[Saved entries]
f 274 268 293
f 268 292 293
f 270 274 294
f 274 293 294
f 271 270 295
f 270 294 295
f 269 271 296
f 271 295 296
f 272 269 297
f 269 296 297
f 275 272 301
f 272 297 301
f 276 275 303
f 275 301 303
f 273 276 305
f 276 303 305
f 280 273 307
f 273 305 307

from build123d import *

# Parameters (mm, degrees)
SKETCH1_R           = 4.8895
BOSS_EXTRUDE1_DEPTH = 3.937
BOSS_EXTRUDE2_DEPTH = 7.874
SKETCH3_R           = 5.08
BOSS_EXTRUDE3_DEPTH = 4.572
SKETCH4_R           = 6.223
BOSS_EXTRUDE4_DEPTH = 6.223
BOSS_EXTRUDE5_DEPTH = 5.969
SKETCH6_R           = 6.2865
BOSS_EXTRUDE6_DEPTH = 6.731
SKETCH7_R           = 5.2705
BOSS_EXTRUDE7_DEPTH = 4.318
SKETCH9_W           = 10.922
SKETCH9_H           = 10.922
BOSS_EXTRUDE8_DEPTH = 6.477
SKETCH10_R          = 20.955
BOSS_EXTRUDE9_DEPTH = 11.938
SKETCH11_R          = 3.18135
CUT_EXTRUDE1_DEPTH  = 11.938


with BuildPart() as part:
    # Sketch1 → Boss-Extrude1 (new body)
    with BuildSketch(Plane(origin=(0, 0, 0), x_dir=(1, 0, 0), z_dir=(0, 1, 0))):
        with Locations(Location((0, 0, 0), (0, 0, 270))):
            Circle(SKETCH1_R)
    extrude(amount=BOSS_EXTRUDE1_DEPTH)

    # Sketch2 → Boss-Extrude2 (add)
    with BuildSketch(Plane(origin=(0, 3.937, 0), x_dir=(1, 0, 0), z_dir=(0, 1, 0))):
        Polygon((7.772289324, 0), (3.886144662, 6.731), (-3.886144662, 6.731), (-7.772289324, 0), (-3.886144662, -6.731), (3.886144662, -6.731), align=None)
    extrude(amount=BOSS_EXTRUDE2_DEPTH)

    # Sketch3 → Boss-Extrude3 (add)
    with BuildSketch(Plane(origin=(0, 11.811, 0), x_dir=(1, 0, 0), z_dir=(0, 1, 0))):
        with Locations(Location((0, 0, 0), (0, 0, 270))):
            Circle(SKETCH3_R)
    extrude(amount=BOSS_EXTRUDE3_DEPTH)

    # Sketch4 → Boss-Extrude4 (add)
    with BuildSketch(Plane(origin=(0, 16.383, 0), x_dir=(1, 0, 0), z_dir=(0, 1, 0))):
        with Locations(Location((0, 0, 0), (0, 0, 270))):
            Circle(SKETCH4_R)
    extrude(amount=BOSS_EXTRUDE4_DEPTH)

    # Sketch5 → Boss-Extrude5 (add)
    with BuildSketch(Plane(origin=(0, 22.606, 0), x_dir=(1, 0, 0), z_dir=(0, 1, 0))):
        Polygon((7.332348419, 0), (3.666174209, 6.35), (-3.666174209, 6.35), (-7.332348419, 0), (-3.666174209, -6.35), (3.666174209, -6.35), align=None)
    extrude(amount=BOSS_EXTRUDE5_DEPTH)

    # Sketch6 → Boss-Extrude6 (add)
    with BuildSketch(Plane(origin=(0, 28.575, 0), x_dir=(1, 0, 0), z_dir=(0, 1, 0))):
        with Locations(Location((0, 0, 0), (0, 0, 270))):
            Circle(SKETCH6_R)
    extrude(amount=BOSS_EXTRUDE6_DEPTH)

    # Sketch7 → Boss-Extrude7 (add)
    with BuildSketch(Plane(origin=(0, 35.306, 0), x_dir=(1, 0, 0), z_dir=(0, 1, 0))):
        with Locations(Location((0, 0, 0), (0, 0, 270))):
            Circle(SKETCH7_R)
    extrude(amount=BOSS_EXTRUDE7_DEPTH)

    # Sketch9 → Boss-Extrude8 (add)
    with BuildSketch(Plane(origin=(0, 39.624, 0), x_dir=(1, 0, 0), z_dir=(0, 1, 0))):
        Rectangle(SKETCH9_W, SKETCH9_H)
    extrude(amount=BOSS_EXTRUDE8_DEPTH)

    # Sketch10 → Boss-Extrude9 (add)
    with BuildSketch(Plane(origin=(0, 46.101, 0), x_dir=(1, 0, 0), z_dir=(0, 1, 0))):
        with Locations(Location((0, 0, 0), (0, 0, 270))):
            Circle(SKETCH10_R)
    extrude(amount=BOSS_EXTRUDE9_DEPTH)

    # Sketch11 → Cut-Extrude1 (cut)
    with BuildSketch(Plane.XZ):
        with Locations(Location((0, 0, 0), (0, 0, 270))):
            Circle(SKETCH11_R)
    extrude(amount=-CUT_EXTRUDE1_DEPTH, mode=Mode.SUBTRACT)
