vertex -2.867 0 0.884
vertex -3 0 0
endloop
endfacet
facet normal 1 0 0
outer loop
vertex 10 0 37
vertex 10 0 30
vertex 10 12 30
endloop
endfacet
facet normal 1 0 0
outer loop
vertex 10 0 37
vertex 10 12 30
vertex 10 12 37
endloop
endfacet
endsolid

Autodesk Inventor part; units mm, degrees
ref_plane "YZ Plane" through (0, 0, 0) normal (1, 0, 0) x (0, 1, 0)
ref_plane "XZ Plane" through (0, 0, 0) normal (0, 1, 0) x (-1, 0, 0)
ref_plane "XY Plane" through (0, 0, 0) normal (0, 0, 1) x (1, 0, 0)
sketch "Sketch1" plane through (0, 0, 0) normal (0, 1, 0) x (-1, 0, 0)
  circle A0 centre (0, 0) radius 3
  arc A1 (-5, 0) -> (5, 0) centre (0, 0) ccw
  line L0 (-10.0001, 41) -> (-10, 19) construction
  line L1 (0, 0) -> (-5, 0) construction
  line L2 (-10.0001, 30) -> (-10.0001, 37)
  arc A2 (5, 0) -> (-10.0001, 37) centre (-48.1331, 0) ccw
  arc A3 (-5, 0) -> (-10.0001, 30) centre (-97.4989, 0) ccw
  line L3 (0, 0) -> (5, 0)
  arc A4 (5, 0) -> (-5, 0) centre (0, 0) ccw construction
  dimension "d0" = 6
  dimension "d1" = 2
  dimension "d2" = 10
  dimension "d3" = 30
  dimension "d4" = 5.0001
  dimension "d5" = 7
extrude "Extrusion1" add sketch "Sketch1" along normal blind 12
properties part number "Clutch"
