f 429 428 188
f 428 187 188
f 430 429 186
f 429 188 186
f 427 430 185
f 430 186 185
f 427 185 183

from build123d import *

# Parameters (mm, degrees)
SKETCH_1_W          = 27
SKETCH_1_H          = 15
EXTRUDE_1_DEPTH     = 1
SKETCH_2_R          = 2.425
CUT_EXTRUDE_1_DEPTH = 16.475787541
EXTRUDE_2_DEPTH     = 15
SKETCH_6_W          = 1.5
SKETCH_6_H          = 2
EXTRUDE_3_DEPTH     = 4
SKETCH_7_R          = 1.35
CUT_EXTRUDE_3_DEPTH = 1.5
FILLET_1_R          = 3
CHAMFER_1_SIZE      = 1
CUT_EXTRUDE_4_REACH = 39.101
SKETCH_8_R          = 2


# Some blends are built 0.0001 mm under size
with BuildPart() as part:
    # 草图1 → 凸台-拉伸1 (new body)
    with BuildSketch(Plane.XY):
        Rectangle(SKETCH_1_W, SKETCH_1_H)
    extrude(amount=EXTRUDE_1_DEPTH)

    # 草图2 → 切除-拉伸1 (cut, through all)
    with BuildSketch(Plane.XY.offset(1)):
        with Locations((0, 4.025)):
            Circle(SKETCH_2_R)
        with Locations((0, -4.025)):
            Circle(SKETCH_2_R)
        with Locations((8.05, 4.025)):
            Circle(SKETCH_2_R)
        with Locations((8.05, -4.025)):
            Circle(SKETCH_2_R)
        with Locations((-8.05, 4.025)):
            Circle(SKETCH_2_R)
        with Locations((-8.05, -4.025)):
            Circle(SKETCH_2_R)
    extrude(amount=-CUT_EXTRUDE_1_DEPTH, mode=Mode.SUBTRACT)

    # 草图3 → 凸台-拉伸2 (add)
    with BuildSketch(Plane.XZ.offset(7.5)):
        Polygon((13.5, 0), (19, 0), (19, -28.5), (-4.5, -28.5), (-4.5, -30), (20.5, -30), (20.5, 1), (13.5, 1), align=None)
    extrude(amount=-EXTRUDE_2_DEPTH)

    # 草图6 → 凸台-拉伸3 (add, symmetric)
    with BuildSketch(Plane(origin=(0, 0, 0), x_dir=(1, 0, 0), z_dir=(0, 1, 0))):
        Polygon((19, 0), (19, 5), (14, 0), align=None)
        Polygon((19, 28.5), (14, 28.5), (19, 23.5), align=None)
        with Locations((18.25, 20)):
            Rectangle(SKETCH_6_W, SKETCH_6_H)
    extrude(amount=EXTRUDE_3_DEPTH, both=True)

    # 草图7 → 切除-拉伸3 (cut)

● TASK INSTRUCTIONS
Reproduce only the lines above, starting at the line with "f 430 429 186" and ending at the line with "CUT_EXTRUDE_1_DEPTH = 16.475787541", exactly as written.

● EXERCISE OUTPUT
f 430 429 186
f 429 188 186
f 427 430 185
f 430 186 185
f 427 185 183

from build123d import *

# Parameters (mm, degrees)
SKETCH_1_W          = 27
SKETCH_1_H          = 15
EXTRUDE_1_DEPTH     = 1
SKETCH_2_R          = 2.425
CUT_EXTRUDE_1_DEPTH = 16.475787541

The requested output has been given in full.